El campo magnético alrededor de nuestro sol es algo inquieto. Está en constante movimiento y, a veces, las líneas de su campo magnético se rompen y luego se vuelven a conectar. Esa violenta separación y unión desencadena una llamarada solar, una breve explosión de radiación de la superficie del sol. El mismo proceso a menudo arroja una masa masiva de plasma (partículas de gas cargadas eléctricamente) al espacio.
Pero el agujero negro supermasivo que acecha en el núcleo de NGC 3783 tiene 30 millones de veces la masa de nuestro humilde sol, y el campo magnético que se retuerce es millones de veces más fuerte, por lo que cuando sus líneas se rompen y se vuelven a conectar, la llamarada resultante es una erupción de un poder casi insondable.
Y, mientras una típica eyección de masa coronal surge de nuestro sol a más de 3 millones de millas (4,8 millones de kilómetros) por hora, recuerde cómo la ráfaga de viento del agujero negro supermasivo de NGC 3783 registró más de 134 millones de millas por hora. Eso es aproximadamente 0,2 C, o el 20% de la velocidad de la luz (apenas lo suficientemente rápido como para ser considerado relativista, si estamos contando).
Las rabietas supermasivas y el destino de las galaxias
Los agujeros negros supermasivos (al menos los que extraen activamente material de sus galaxias anfitrionas) son conocidos por producir chorros relativistas: corrientes de plasma que explotan en direcciones opuestas a sus polos magnéticos.
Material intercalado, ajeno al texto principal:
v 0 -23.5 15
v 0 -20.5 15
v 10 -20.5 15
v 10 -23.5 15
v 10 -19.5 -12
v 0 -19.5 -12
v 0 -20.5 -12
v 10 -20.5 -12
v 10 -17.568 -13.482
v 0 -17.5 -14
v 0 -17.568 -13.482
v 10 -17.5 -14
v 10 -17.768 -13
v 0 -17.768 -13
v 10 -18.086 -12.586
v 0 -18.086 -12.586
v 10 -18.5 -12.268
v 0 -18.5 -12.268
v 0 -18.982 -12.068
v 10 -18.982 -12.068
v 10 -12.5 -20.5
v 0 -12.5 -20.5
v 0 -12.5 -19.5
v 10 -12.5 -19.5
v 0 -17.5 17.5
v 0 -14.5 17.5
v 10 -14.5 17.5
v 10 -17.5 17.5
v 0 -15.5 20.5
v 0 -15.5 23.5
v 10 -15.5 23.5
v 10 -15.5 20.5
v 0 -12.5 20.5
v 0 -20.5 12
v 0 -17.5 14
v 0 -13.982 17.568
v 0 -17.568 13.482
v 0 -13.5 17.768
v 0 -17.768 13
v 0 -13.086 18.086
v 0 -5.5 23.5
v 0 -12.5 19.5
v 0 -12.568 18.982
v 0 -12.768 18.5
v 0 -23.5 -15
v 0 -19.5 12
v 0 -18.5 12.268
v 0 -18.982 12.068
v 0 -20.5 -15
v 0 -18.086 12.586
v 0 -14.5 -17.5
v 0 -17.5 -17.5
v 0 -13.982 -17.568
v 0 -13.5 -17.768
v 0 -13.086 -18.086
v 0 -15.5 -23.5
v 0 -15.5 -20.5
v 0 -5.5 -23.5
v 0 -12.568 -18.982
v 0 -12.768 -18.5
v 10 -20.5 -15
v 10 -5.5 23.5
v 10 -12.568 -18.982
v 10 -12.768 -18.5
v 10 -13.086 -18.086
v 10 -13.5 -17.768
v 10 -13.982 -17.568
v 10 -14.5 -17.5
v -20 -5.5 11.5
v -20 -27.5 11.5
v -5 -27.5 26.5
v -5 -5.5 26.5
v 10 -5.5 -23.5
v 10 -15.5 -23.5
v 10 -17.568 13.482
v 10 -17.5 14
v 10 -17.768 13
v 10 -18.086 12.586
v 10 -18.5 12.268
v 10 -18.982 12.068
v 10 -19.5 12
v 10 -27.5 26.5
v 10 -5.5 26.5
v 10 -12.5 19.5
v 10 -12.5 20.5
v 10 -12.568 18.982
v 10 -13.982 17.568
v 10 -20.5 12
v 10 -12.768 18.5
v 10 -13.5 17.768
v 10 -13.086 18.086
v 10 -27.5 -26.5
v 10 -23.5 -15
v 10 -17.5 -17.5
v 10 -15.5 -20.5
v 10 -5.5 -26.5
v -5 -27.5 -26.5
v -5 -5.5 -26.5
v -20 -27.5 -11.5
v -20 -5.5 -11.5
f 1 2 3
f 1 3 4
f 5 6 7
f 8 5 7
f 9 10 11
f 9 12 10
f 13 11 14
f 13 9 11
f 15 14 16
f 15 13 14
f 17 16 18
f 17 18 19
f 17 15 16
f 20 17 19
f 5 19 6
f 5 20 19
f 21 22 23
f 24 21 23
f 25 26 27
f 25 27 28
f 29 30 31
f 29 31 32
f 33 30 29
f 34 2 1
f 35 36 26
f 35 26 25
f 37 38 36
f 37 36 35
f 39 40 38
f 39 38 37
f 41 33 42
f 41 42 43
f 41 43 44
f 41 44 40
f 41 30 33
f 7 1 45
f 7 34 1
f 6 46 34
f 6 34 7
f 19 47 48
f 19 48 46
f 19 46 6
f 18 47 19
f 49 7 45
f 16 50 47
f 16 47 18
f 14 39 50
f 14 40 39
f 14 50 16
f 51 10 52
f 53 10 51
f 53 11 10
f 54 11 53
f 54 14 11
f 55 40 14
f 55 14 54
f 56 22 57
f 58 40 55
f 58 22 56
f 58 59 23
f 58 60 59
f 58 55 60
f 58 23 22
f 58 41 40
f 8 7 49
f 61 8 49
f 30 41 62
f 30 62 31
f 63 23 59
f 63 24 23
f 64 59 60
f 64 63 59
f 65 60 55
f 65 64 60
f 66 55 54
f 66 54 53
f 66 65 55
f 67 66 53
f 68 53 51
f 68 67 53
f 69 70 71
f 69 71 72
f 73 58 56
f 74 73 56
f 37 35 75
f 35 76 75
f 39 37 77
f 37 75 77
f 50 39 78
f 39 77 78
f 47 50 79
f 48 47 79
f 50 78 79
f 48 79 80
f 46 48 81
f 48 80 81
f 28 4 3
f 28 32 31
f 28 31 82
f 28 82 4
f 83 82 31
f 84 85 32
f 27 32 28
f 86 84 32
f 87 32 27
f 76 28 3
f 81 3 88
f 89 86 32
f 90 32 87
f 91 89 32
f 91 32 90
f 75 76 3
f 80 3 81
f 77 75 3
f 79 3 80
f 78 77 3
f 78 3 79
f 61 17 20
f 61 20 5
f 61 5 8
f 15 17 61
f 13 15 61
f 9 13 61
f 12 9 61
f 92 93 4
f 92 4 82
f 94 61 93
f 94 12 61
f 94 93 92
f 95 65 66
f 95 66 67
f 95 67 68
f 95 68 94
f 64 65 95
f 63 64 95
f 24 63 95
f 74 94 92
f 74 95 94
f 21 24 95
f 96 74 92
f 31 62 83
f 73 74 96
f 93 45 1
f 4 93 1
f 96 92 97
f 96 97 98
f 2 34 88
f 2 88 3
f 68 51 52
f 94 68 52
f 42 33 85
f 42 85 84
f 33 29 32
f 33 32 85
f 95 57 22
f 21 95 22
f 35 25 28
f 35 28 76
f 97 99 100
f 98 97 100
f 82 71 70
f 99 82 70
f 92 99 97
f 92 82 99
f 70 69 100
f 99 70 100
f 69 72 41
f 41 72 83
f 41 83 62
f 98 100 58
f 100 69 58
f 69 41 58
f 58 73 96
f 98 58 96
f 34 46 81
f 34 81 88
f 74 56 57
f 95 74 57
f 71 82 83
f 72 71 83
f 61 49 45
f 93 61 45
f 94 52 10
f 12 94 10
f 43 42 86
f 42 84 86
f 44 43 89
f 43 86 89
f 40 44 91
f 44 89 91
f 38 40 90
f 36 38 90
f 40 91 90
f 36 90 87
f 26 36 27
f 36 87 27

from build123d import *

# Parameters (mm, degrees)
BOSS_EXTRUDE1_DEPTH = 10
FILLET1_R           = 2
SKETCH2_W           = 26.5
SKETCH2_H           = 22
BOSS_EXTRUDE2_DEPTH = 20
CHAMFER1_SIZE       = 15


with BuildPart() as part:
    # Sketch1 → Boss-Extrude1 (new body)
    with BuildSketch(Plane(origin=(0, 0, 0), x_dir=(0, 0, -1), z_dir=(1, 0, 0))):
        Polygon((-26.5, -27.5), (-26.5, -5.5), (-23.5, -5.5), (-23.5, -15.5), (-20.5, -15.5), (-20.5, -12.5), (-17.5, -12.5), (-17.5, -17.5), (-12, -17.5), (-12, -20.5), (-15, -20.5), (-15, -23.5), (0, -23.5), (0, -27.5), align=None)
    extrude(amount=BOSS_EXTRUDE1_DEPTH)

    # Fillet1
    fillet1_edges = [part.edges().sort_by_distance(p)[0] for p in [
        (5, -12.5, 17.5),
        (5, -17.5, 12),
    ]]
    fillet(fillet1_edges, radius=FILLET1_R)

    # Sketch2 → Boss-Extrude2 (add)
    with BuildSketch(Plane.ZY):
        with Locations((13.25, -16.5)):
            Rectangle(SKETCH2_W, SKETCH2_H)
    extrude(amount=BOSS_EXTRUDE2_DEPTH)

    # Chamfer1
    chamfer1_edges = [part.edges().sort_by_distance(p)[0] for p in [
        (-20, -16.5, 26.5),
    ]]
    chamfer(chamfer1_edges, length=CHAMFER1_SIZE)

    # Mirror1: part across plane


with BuildPart() as part_1:
    add(part.part)
    add(part.part.mirror(Plane(origin=(10, -23.5, 0), x_dir=(1, 0, 0), z_dir=(0, 0, 1))))


solid = part_1.part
Algunos pares de chorros relativistas pueden extenderse a lo largo de más de un millón de años luz, más ancho que los brazos de sus galaxias anfitrionas. Estos chorros pueden alcanzar velocidades mucho más cercanas a la velocidad de la luz y durar mucho más que esta reciente explosión única, pero están impulsados (en parte) por procesos similares a los que suceden en el campo magnético alrededor de un agujero negro supermasivo.
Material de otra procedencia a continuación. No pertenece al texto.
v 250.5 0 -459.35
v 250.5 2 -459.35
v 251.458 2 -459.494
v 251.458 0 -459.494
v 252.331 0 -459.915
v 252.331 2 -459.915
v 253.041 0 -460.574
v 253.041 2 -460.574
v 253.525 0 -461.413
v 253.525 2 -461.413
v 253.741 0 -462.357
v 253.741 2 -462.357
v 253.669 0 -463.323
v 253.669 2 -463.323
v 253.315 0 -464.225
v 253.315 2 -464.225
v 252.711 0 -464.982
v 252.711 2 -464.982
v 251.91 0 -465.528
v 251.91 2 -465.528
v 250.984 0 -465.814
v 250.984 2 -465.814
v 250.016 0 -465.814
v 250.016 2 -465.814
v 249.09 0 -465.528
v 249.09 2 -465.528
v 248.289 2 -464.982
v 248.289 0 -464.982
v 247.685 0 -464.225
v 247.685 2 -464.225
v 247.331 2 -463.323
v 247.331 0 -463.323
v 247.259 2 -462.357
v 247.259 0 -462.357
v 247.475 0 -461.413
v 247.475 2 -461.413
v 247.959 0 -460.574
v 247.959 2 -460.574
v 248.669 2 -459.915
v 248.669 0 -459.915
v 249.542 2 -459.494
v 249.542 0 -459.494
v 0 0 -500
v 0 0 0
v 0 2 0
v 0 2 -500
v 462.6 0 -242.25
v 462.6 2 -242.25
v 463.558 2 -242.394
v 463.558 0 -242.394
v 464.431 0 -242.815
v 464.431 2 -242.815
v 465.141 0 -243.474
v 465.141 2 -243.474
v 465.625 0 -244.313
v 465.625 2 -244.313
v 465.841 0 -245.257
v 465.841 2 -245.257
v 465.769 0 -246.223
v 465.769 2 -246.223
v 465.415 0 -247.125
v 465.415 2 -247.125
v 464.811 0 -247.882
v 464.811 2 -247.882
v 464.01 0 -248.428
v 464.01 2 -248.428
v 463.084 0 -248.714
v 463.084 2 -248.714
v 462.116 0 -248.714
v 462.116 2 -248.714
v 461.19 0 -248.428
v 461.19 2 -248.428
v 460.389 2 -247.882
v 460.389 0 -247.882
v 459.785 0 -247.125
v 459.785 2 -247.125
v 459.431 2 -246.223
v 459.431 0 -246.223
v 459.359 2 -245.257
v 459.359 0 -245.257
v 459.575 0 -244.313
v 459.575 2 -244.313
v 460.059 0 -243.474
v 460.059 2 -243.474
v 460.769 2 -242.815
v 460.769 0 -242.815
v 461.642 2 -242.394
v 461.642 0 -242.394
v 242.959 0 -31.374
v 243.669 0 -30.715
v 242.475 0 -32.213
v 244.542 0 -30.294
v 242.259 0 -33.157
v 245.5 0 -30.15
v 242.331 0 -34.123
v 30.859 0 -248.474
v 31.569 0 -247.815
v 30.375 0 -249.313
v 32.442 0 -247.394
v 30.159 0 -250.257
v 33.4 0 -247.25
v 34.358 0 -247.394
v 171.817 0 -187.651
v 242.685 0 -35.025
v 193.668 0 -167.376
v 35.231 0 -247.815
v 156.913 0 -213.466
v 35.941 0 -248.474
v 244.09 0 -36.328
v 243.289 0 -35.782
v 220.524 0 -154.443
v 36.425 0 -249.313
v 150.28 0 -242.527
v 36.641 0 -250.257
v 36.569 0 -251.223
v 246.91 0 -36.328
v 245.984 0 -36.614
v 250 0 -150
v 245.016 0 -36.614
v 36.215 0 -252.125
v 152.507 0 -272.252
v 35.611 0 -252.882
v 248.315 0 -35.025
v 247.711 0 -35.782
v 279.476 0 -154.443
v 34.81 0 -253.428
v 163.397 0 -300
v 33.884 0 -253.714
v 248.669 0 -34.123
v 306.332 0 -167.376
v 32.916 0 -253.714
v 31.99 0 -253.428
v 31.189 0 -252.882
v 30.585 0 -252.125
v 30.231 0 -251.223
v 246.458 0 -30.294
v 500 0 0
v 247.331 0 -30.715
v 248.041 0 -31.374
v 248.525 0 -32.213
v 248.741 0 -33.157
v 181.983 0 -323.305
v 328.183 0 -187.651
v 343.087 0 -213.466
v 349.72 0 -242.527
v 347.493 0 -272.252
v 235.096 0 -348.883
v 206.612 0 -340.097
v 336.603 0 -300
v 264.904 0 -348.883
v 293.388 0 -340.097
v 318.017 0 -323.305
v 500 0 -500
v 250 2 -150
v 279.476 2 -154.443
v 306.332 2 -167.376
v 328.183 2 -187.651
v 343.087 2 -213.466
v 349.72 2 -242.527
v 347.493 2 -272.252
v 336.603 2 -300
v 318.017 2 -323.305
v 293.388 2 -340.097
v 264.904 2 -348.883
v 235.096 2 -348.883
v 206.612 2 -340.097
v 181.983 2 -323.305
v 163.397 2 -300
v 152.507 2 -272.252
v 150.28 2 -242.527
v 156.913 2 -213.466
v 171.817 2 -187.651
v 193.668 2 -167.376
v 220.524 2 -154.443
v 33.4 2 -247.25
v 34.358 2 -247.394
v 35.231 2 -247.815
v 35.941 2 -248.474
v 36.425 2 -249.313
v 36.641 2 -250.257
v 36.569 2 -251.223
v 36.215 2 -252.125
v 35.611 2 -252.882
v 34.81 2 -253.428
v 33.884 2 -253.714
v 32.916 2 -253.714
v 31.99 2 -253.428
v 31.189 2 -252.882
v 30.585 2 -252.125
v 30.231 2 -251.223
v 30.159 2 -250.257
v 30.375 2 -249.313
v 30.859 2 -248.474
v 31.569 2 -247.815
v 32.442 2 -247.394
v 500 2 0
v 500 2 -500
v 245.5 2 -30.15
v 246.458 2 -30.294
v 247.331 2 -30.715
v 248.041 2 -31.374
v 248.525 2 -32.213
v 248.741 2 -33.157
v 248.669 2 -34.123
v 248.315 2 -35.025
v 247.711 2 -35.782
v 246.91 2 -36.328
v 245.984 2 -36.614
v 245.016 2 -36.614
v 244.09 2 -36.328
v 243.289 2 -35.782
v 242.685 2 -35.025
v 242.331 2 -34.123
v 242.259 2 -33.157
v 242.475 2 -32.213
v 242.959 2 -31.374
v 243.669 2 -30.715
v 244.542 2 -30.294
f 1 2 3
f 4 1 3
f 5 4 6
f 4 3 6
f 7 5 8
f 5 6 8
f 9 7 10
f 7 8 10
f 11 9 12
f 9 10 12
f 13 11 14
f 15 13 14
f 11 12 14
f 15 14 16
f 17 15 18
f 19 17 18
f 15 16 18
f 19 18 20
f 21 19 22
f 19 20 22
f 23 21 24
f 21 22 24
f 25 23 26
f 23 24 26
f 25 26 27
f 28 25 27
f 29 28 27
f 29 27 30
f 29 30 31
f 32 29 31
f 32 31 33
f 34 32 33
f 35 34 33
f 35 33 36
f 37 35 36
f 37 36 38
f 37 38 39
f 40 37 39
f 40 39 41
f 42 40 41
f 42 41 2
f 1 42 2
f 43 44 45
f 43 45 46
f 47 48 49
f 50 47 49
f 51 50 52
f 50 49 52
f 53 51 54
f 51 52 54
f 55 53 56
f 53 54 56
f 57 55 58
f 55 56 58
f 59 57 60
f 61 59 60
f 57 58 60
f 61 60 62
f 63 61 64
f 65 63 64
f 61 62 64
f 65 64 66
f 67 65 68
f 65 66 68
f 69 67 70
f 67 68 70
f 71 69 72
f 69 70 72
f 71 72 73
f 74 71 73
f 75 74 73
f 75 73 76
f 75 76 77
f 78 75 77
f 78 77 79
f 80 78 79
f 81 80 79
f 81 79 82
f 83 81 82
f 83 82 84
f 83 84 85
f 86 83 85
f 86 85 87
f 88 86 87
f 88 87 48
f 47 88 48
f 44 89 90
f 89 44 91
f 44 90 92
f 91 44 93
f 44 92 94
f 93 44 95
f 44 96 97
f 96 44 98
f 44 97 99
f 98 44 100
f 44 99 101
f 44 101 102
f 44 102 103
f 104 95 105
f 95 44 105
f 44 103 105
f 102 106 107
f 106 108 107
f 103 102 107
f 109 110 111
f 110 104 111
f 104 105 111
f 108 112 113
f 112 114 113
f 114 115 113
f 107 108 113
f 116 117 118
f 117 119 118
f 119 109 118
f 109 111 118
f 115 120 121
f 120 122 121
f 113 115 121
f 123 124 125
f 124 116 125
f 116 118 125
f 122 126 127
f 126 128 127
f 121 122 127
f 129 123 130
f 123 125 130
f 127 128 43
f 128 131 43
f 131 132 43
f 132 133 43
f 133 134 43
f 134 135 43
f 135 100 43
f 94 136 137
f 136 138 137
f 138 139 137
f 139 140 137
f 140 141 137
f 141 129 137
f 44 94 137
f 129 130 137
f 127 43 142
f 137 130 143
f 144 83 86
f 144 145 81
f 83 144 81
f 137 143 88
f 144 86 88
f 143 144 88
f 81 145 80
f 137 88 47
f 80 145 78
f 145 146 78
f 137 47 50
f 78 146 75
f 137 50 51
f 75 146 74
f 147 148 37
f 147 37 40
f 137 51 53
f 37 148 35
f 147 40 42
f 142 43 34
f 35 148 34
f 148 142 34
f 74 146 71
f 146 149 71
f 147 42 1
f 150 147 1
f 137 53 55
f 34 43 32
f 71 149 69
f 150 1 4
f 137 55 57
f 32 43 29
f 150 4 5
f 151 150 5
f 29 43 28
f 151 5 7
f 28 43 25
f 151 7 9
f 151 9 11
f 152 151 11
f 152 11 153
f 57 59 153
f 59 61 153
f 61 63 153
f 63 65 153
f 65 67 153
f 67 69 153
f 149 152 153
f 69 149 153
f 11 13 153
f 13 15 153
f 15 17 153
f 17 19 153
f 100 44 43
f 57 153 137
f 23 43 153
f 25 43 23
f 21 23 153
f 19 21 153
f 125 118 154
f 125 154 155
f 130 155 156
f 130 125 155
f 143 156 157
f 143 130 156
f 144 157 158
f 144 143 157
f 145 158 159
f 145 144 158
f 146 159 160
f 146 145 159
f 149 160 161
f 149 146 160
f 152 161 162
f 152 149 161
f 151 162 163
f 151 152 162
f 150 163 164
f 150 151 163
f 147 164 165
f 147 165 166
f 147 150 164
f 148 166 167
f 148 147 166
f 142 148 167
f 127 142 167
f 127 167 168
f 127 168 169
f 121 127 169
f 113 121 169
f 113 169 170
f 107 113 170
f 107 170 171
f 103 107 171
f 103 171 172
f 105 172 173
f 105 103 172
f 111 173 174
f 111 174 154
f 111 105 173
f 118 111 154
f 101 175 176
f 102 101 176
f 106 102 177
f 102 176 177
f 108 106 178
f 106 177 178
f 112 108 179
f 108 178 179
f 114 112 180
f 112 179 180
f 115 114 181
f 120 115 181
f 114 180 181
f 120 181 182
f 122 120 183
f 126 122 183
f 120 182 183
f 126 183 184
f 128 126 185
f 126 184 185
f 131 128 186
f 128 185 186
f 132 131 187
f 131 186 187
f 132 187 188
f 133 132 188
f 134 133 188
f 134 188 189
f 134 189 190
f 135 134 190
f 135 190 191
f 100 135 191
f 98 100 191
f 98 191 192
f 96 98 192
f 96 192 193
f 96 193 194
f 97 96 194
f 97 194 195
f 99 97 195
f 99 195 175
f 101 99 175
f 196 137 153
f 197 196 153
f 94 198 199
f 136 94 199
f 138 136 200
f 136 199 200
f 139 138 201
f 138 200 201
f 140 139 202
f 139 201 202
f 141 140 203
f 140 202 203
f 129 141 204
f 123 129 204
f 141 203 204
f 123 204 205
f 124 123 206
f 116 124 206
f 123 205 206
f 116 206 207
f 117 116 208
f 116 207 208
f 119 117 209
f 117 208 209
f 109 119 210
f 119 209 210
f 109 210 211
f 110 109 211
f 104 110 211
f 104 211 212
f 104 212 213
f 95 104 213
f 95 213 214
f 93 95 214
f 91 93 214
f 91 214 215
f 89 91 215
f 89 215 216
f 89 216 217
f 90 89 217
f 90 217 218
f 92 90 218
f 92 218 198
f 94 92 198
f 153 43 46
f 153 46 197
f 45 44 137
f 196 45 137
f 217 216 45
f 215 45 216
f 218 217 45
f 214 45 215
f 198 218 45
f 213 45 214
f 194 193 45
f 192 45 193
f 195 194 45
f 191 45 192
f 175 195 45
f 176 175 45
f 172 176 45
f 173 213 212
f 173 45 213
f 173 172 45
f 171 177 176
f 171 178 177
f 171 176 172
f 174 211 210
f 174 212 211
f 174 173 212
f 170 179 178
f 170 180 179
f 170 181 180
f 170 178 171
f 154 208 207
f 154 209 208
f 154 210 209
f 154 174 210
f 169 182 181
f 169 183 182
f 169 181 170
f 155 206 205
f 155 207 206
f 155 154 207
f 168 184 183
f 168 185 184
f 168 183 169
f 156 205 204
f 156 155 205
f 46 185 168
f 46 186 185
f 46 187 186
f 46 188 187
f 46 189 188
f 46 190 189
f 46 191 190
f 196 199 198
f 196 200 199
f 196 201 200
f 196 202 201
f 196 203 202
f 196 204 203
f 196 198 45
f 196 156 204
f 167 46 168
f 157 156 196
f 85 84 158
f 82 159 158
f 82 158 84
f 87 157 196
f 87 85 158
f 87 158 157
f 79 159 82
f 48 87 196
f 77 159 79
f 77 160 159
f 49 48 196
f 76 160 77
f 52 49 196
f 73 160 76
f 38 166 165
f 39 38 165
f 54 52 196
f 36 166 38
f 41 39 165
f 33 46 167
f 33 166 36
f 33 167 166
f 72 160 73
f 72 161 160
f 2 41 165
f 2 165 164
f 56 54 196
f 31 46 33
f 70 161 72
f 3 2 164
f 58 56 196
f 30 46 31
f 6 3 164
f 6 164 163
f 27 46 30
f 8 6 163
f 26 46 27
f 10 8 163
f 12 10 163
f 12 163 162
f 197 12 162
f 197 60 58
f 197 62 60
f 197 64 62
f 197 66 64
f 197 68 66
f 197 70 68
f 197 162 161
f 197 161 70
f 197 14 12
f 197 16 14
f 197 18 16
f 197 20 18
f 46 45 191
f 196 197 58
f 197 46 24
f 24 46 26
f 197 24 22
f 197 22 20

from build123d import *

# Parameters (mm, degrees)
SKETCH1_W           = 500
SKETCH1_H           = 500
SKETCH1_R           = 100
BOSS_EXTRUDE1_DEPTH = 2
SKETCH_1_R          = 3.25
CUT_EXTRUDE_1_DEPTH = 10


with BuildPart() as part:
    # Sketch1 → Boss-Extrude1 (new body)
    with BuildSketch(Plane(origin=(0, 0, 0), x_dir=(1, 0, 0), z_dir=(0, 1, 0))):
        with Locations((250, 250)):
            Rectangle(SKETCH1_W, SKETCH1_H)
        with Locations(Location((250, 250, 0), (0, 0, 270))):
            Circle(SKETCH1_R, mode=Mode.SUBTRACT)
    extrude(amount=BOSS_EXTRUDE1_DEPTH)

    # 草图1 → 切除-拉伸1 (cut)
    with BuildSketch(Plane(origin=(0, 2, 0), x_dir=(1, 0, 0), z_dir=(0, 1, 0))):
        with Locations(Location((245.5, 33.4, 0), (0, 0, 270))):
            Circle(SKETCH_1_R)
        with Locations(Location((33.4, 250.5, 0), (0, 0, 270))):
            Circle(SKETCH_1_R)
        with Locations(Location((462.6, 245.5, 0), (0, 0, 270))):
            Circle(SKETCH_1_R)
        with Locations(Location((250.5, 462.6, 0), (0, 0, 270))):
            Circle(SKETCH_1_R)
    extrude(amount=-CUT_EXTRUDE_1_DEPTH, mode=Mode.SUBTRACT)


solid = part.part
Los chorros relativistas y las llamaradas apenas relativistas como esta no son los únicos procesos que ocurren alrededor de los bordes de los agujeros negros supermasivos. El área del espacio cercana a un agujero negro, llamada disco de acreción, es una región donde danzan poderosas líneas de campo magnético y donde la materia se acelera a velocidades verdaderamente ridículas a medida que cae hacia el agujero negro, y donde esa velocidad, y ocasionales ráfagas de energía, pueden arrojar esa materia al espacio y, a veces, fuera de su galaxia anfitriona por completo.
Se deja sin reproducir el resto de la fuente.